NEW YORK - After months of flirting with politics, Donald Trump said today he won't run for president, choosing to stick with hosting "The Celebrity Apprentice" over entering the race for the Republican nomination.

The reality TV star and real estate magnate made his announcement at a Manhattan hotel as NBC, which airs his show, rolled out its fall lineup.

He's spent the past few months weighing whether to seek the presidency, delivering speeches to national GOP groups, traveling to early primary states like New Hampshire and criticizing President Barack Obama from afar.

http://bostonherald.com.nyud.net/news/us_politics/view.bg?articleid=1338400


----------



## justanotherparatrooper (Aug 27, 2006)

OK hers my 2 cents
-he got Obama to prove his birth
-he got alot of discussion going
- Im glad he isnt running...too much a RINO


----------



## kwflatbed (Dec 29, 2004)

There is nothing that says he will not keep stirring the pot.


----------



## Eagle13 (Jun 12, 2008)

So does that me Donald now says...Donald you're fired?

In a way I hope he does stir the pot and cause trouble for Obama pointing out the little stupid shit that doesn't matter to the hardcore D voters, but might sway the retarded sheep on the fence. Things you wouldn't want your candidate doing, gambling with their own campaign image. An attack dog, but your neighbors attack dog.


----------



## kwflatbed (Dec 29, 2004)

"The Donald" Changes Party Affiliation; Leaves Door Open for 2012 Run

Jake Gibson | December 23, 2011 
Donald Trump has changed the party affiliation on his New York State voter registration to "unaffiliated," leaving the door open for a 2012 White House run.
"Mr. Trump has done that in order to preserve his right to run as an independent after the finale of his television show "The Apprentice" at the end of May," said Michael Cohen, a Special Counsel to Mr. Trump. "Something's he's stated over the past six months he might elect to do if, in fact, he's not satisfied with who the Republican candidate is and does not believe that that candidate can defeat Obama in 2012."

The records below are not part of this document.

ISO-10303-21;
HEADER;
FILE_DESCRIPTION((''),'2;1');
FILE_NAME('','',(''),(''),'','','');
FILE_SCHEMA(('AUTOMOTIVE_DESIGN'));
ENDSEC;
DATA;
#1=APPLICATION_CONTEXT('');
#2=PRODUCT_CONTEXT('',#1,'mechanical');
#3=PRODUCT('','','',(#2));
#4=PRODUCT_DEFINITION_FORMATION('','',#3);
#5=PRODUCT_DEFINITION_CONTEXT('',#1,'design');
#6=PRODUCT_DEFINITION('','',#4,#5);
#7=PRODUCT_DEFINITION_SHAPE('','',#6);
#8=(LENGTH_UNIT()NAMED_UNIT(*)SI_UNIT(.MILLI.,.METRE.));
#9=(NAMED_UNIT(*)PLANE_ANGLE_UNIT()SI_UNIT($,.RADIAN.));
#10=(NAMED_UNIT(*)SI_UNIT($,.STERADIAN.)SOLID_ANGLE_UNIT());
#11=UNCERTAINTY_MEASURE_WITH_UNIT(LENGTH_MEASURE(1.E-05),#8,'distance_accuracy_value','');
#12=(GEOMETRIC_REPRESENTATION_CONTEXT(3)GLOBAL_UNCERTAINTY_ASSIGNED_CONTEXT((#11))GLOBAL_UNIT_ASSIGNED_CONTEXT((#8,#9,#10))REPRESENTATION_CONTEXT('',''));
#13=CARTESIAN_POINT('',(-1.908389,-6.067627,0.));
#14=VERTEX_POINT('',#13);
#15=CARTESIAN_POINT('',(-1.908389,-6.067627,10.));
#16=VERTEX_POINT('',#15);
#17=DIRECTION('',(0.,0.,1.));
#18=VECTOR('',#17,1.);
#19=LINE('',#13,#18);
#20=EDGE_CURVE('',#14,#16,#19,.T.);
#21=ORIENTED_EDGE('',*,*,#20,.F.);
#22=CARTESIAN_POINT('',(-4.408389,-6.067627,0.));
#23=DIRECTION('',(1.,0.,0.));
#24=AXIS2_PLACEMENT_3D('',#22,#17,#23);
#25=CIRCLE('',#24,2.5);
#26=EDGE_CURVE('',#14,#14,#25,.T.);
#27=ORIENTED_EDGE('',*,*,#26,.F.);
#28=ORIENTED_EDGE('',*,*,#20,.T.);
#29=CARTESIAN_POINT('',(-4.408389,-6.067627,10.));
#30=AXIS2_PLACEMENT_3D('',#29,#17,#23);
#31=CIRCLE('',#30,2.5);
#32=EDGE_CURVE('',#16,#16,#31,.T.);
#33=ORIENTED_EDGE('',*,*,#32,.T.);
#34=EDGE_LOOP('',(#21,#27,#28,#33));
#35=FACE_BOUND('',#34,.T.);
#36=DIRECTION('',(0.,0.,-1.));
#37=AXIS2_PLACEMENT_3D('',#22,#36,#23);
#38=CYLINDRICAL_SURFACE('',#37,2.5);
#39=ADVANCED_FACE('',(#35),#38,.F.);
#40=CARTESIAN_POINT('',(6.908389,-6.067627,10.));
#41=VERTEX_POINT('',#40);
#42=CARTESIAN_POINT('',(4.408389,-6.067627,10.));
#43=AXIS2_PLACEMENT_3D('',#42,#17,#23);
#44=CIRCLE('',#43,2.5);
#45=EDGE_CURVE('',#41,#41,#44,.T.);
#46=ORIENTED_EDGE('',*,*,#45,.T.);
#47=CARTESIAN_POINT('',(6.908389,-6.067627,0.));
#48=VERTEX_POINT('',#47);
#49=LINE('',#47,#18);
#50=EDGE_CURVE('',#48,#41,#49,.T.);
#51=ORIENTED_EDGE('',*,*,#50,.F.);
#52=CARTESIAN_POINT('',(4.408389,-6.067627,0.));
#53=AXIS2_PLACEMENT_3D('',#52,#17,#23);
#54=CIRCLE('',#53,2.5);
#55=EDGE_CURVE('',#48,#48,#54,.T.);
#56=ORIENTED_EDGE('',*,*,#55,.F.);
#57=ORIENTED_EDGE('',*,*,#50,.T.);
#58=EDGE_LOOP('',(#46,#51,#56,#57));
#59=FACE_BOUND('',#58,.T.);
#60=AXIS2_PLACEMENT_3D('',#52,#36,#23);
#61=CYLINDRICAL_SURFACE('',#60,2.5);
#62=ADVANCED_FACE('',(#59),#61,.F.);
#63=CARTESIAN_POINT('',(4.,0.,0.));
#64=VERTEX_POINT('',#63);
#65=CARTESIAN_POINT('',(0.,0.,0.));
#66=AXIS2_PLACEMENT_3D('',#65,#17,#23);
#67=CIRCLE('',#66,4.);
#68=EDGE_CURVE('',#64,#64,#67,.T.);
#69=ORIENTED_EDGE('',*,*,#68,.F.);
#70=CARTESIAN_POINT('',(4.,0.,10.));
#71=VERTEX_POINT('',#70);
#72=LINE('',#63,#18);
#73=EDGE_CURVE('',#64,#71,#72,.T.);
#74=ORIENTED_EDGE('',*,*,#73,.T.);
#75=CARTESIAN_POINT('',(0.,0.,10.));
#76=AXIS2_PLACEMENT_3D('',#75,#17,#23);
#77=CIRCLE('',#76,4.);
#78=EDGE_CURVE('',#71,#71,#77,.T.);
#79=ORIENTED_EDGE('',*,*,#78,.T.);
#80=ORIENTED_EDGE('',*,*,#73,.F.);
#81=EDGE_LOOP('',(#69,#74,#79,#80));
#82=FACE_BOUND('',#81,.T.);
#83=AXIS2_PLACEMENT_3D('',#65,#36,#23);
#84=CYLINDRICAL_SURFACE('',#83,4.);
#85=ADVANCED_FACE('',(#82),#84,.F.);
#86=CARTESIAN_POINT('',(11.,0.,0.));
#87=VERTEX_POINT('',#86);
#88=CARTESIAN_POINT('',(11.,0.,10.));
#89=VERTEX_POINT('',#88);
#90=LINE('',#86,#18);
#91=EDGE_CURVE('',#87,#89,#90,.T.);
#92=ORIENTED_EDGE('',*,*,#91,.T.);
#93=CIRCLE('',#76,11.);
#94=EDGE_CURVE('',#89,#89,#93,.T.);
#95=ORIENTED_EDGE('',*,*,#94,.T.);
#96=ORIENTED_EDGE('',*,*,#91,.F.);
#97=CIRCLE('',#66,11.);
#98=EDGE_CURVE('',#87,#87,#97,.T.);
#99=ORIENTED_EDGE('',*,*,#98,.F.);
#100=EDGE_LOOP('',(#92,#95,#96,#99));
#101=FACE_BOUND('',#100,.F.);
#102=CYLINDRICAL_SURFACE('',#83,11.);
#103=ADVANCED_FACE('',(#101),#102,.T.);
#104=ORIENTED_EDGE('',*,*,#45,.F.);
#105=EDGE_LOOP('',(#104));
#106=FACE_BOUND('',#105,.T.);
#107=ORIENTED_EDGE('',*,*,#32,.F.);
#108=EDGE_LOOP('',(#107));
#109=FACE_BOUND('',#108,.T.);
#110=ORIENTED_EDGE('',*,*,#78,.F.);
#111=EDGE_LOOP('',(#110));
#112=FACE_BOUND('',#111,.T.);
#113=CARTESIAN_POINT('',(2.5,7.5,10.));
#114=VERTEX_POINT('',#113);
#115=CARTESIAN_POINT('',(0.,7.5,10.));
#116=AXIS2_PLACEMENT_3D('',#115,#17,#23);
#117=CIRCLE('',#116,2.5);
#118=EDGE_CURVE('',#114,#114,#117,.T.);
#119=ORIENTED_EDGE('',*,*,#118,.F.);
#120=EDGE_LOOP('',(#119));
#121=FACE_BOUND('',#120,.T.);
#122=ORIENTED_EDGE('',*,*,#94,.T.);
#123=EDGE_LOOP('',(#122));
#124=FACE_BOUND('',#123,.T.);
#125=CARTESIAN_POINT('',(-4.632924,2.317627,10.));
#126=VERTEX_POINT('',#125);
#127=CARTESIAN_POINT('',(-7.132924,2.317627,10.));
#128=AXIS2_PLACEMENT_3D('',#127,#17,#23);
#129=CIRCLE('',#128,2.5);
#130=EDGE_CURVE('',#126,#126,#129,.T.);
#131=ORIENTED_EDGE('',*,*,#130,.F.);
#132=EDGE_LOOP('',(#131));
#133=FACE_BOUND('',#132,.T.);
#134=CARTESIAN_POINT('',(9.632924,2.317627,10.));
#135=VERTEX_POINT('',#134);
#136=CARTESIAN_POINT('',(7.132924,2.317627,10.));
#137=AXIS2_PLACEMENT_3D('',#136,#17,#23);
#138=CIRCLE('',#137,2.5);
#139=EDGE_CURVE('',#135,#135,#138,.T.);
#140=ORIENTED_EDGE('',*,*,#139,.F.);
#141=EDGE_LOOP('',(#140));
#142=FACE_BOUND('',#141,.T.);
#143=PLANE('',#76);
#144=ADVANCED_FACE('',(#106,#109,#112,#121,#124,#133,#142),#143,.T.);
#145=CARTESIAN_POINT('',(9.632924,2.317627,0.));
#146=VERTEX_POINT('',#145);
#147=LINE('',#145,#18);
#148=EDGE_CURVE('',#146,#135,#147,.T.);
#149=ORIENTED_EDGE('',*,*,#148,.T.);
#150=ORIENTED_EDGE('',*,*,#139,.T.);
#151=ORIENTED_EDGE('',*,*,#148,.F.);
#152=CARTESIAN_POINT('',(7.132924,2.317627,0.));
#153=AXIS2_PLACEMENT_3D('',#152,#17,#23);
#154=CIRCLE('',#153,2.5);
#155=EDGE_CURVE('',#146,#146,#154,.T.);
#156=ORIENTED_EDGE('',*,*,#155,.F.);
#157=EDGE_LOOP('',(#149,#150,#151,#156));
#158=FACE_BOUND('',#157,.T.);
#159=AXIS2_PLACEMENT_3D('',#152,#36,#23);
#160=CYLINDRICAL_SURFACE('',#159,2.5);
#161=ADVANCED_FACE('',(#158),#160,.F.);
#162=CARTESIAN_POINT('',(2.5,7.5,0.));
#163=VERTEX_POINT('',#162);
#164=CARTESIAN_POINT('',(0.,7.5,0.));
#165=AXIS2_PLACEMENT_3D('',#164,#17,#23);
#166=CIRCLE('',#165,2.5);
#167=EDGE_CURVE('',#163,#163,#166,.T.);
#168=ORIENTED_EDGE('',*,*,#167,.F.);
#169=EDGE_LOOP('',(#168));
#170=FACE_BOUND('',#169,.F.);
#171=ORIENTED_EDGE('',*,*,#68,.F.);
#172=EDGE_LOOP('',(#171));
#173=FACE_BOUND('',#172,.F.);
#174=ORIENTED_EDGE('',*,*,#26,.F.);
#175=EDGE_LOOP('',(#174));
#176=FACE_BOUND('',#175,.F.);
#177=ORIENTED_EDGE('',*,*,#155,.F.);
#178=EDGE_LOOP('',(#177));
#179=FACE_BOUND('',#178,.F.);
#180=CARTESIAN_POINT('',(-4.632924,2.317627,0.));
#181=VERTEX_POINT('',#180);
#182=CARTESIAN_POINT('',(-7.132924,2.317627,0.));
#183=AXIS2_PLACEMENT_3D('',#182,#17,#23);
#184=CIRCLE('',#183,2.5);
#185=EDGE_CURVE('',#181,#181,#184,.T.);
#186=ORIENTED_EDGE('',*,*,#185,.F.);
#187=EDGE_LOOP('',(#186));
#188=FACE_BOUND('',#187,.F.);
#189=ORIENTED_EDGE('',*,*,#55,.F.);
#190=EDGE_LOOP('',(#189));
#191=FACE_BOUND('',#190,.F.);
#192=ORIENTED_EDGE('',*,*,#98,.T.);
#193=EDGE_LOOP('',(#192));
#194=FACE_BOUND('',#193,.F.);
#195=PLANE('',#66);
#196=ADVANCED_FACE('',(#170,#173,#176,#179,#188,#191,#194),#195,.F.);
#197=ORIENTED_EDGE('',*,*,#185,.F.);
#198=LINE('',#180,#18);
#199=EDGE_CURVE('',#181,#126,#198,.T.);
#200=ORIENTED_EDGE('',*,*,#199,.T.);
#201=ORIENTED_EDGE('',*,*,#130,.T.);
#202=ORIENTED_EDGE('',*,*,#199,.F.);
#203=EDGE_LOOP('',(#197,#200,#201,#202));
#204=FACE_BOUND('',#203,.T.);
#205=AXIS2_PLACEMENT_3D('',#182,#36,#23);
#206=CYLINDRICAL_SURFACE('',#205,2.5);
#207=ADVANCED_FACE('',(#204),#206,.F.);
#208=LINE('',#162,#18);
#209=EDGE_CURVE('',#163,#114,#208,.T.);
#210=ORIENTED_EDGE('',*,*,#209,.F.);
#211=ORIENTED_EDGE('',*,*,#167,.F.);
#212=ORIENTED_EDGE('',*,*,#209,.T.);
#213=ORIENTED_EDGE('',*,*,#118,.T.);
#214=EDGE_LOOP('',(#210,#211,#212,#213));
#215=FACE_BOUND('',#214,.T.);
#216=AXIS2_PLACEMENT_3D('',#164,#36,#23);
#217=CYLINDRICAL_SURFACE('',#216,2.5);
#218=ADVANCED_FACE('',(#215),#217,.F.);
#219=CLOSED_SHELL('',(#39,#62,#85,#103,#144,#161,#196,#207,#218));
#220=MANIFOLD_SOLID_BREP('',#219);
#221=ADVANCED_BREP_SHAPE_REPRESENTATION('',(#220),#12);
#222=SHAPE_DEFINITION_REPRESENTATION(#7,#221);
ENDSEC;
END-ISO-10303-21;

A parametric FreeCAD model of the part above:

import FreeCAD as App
import Part
import Sketcher
from FreeCAD import Vector
Q = App.Units.Quantity

doc = App.newDocument("Part")
body = doc.addObject("PartDesign::Body", "Body")

sketch1 = doc.addObject("Sketcher::SketchObject", "Sketch")
body.addObject(sketch1)
sketch1.AttachmentSupport = (doc.XY_Plane, [""])
sketch1.MapMode = "FlatFace"
sketch1.addGeometry(Part.Circle(Vector(0, 0, 0), Vector(0, 0, 1), 11), False)
sketch1.addGeometry(Part.Circle(Vector(-4.4, -6.1, 0), Vector(0, 0, 1), 2.5), False)
sketch1.addGeometry(Part.Circle(Vector(4.4, -6.1, 0), Vector(0, 0, 1), 2.5), False)
sketch1.addGeometry(Part.Circle(Vector(0, 0, 0), Vector(0, 0, 1), 4), False)
sketch1.addGeometry(Part.Circle(Vector(-7.1, 2.3, 0), Vector(0, 0, 1), 2.5), False)
sketch1.addGeometry(Part.Circle(Vector(7.1, 2.3, 0), Vector(0, 0, 1), 2.5), False)
sketch1.addGeometry(Part.Circle(Vector(0, 7.5, 0), Vector(0, 0, 1), 2.5), False)
sketch1.addConstraint(Sketcher.Constraint("Coincident", 0, 3, -1, 1))
sketch1.addConstraint(Sketcher.Constraint("Coincident", 3, 3, -1, 1))
sketch1.addConstraint(Sketcher.Constraint("Equal", 1, 2))
sketch1.addConstraint(Sketcher.Constraint("Equal", 2, 4))
sketch1.addConstraint(Sketcher.Constraint("Equal", 4, 5))
sketch1.addConstraint(Sketcher.Constraint("Equal", 5, 6))
sketch1.addConstraint(Sketcher.Constraint("Symmetric", 1, 3, 2, 3, -2))
sketch1.addConstraint(Sketcher.Constraint("Symmetric", 4, 3, 5, 3, -2))
sketch1.addConstraint(Sketcher.Constraint("PointOnObject", 6, 3, -2))
sketch1.addConstraint(Sketcher.Constraint("Diameter", 0, Q("22 mm")))
sketch1.addConstraint(Sketcher.Constraint("Diameter", 1, Q("5 mm")))
sketch1.addConstraint(Sketcher.Constraint("Diameter", 3, Q("8 mm")))
sketch1.addConstraint(Sketcher.Constraint("DistanceY", -1, 1, 6, 3, Q("7.5 mm")))
sketch1.addConstraint(Sketcher.Constraint("DistanceX", 1, 3, -1, 1, Q("4.408389 mm")))
sketch1.addConstraint(Sketcher.Constraint("DistanceY", 1, 3, -1, 1, Q("6.067627 mm")))
sketch1.addConstraint(Sketcher.Constraint("DistanceX", 4, 3, -1, 1, Q("7.132924 mm")))
sketch1.addConstraint(Sketcher.Constraint("DistanceY", -1, 1, 4, 3, Q("2.317627 mm")))
pad1 = doc.addObject("PartDesign::Pad", "Pad")
body.addObject(pad1)
pad1.Profile = sketch1
pad1.Length = 10

doc.recompute()
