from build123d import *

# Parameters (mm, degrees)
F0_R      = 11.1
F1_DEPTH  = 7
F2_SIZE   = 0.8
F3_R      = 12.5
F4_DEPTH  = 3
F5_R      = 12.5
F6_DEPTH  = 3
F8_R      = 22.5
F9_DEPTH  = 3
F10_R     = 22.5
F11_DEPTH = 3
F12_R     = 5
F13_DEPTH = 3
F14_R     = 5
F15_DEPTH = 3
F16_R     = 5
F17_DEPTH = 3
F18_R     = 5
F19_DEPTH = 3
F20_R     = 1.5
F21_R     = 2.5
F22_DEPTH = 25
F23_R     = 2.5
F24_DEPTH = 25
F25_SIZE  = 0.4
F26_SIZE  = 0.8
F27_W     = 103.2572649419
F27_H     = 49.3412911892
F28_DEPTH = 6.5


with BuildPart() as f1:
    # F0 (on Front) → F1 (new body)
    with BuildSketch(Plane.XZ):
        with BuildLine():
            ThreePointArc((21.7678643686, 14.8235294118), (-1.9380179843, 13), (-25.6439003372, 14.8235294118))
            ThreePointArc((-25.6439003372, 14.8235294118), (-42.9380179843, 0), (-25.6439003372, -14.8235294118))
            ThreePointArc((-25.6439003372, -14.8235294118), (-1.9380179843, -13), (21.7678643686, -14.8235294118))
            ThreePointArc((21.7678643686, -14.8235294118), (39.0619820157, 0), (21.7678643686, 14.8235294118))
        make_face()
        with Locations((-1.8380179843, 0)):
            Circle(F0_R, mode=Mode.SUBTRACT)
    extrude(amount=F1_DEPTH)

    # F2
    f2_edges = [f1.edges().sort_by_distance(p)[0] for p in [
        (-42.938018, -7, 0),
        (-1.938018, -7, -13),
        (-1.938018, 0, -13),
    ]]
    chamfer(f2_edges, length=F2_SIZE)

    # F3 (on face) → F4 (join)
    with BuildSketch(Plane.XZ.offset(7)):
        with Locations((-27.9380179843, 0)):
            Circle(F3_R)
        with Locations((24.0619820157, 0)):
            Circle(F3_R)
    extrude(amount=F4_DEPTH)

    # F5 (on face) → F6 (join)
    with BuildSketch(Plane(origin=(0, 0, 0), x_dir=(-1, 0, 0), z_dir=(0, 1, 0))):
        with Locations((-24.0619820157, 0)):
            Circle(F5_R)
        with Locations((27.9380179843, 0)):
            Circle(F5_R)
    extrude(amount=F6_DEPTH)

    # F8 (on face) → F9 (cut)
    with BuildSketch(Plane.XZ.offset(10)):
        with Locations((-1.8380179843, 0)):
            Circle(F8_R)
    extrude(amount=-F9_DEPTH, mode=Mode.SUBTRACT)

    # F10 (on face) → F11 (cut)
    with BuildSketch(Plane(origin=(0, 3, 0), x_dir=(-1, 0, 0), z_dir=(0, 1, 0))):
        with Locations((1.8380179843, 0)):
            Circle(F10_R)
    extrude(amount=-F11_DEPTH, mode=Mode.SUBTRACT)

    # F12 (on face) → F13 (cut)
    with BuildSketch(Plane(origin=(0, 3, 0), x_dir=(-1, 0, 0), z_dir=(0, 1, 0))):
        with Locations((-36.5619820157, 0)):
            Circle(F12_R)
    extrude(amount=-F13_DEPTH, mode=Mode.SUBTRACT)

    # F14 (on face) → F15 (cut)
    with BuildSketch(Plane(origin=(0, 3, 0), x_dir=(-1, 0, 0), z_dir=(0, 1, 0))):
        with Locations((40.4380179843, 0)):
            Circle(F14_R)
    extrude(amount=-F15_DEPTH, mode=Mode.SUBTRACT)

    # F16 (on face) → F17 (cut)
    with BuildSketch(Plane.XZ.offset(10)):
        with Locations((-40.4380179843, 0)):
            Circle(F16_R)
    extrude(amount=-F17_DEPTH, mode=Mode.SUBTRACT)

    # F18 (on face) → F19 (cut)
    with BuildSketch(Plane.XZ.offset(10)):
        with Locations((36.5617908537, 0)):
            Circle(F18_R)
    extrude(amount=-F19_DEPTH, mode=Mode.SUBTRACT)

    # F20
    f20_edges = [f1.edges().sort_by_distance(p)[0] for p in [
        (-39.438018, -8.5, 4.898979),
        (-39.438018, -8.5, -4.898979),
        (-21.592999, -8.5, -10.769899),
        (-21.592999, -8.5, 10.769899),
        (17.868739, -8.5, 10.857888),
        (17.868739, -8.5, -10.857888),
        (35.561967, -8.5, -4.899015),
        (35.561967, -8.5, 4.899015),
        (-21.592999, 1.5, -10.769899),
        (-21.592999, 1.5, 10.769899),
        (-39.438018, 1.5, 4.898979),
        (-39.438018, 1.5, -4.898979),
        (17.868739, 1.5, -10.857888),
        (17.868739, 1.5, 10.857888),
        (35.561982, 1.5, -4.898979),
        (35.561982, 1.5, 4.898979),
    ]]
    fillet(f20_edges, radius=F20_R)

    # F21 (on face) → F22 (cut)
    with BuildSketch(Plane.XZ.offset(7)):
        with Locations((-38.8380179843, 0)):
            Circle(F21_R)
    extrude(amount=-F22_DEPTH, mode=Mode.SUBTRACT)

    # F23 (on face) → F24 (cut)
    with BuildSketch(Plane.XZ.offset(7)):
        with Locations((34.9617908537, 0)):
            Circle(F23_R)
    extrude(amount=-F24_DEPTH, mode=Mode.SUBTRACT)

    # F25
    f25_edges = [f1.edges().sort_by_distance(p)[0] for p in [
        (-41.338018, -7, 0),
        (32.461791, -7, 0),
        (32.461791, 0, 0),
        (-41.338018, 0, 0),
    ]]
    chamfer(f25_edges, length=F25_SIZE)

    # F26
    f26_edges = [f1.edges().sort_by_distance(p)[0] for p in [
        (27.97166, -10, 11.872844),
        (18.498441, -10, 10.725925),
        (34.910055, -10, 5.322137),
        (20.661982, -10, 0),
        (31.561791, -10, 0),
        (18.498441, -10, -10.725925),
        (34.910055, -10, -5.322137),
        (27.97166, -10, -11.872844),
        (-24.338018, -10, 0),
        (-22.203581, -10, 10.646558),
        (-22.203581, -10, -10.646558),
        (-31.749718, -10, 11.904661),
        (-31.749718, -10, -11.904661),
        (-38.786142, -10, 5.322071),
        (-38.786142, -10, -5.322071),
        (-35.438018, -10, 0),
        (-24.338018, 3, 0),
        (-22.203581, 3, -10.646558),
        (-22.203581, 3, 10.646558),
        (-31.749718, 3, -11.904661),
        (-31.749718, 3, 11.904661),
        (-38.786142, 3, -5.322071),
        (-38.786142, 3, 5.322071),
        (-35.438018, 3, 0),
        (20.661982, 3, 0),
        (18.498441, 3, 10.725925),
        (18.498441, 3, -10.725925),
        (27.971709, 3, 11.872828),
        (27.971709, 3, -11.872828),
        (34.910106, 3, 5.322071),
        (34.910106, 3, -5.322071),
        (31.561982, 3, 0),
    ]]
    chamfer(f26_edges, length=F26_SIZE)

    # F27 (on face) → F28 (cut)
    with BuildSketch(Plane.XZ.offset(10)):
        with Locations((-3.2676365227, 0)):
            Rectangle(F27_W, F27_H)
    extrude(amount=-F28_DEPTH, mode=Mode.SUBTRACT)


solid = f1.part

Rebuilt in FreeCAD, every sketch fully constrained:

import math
import FreeCAD as App
import Part
import Sketcher
from FreeCAD import Vector


def edges_at(feature, points):
    """Names of the edges that pass closest to the given points."""
    edges = feature.Shape.Edges
    near = lambda p: min(range(len(edges)), key=lambda i: edges[i].distToShape(Part.Vertex(*p))[0])
    return sorted({f"Edge{near(p) + 1}" for p in points})


def add_polygon(sketch, points):
    """Adds a closed chain of lines whose ends are joined by coincident constraints."""
    first, n = sketch.GeometryCount, len(points)
    for a, b in zip(points, points[1:] + points[:1]):
        sketch.addGeometry(Part.LineSegment(App.Vector(*a, 0), App.Vector(*b, 0)), False)
    for i in range(n):
        sketch.addConstraint(Sketcher.Constraint("Coincident", first + i, 2, first + (i + 1) % n, 1))

doc = App.newDocument("Part")
params = doc.addObject("Spreadsheet::Sheet", "Params")
for row, (alias, value) in enumerate([
    ("sketch1_radius", "155 mm"),
    ("sketch1_radius2", "15 mm"),
    ("sketch1_diameter", "22.2 mm"),
    ("pad1_length", "7 mm"),
    ("chamfer_size", "0.8 mm"),
    ("sketch2_diameter", "25 mm"),
    ("pad2_length", "3 mm"),
    ("sketch3_diameter", "25 mm"),
    ("pad3_length", "3 mm"),
    ("sketch4_diameter", "45 mm"),
    ("pocket1_length", "3 mm"),
    ("sketch5_diameter", "45 mm"),
    ("pocket2_length", "3 mm"),
    ("sketch6_diameter", "10 mm"),
    ("pocket3_length", "3 mm"),
    ("sketch7_diameter", "10 mm"),
    ("pocket4_length", "3 mm"),
    ("sketch8_diameter", "10 mm"),
    ("pocket5_length", "3 mm"),
    ("sketch9_diameter", "10 mm"),
    ("pocket6_length", "3 mm"),
    ("fillet_radius", "1.5 mm"),
    ("sketch10_diameter", "5 mm"),
    ("pocket7_length", "25 mm"),
    ("sketch11_diameter", "5 mm"),
    ("pocket8_length", "25 mm"),
    ("chamfer2_size", "0.4 mm"),
    ("chamfer3_size", "0.8 mm"),
    ("pocket9_length", "6.5 mm"),
], start=1):
    params.set(f"A{row}", alias)
    params.set(f"B{row}", "=" + value)
    params.setAlias(f"B{row}", alias)

body = doc.addObject("PartDesign::Body", "Body")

Read more: "The Donald" Changes Party Affiliation; Leaves Door Open for 2012 Run - Fox News


----------



## LGriffin (Apr 2, 2009)

I saw him interviewed on FOX a while back and he was advised that if he pulled this stunt it would guarantee a win for oDrama. He acted surprised and said that if that was the case, he wouldn't run on a 3rd party ticket.


----------



## CJIS (Mar 12, 2005)

CBS Local 
*Trump Says Presidential Bid Still Possible*
OzarksFirst.com - ‎4 hours ago‎

(Washington DC) -- Donald Trump says he's still not ruling out a run for the presidency. The real estate mogul tells CBS's "Face The Nation" he could jump into the race if he doesn't believe the eventual Republican nominee could beat President Obama.


----------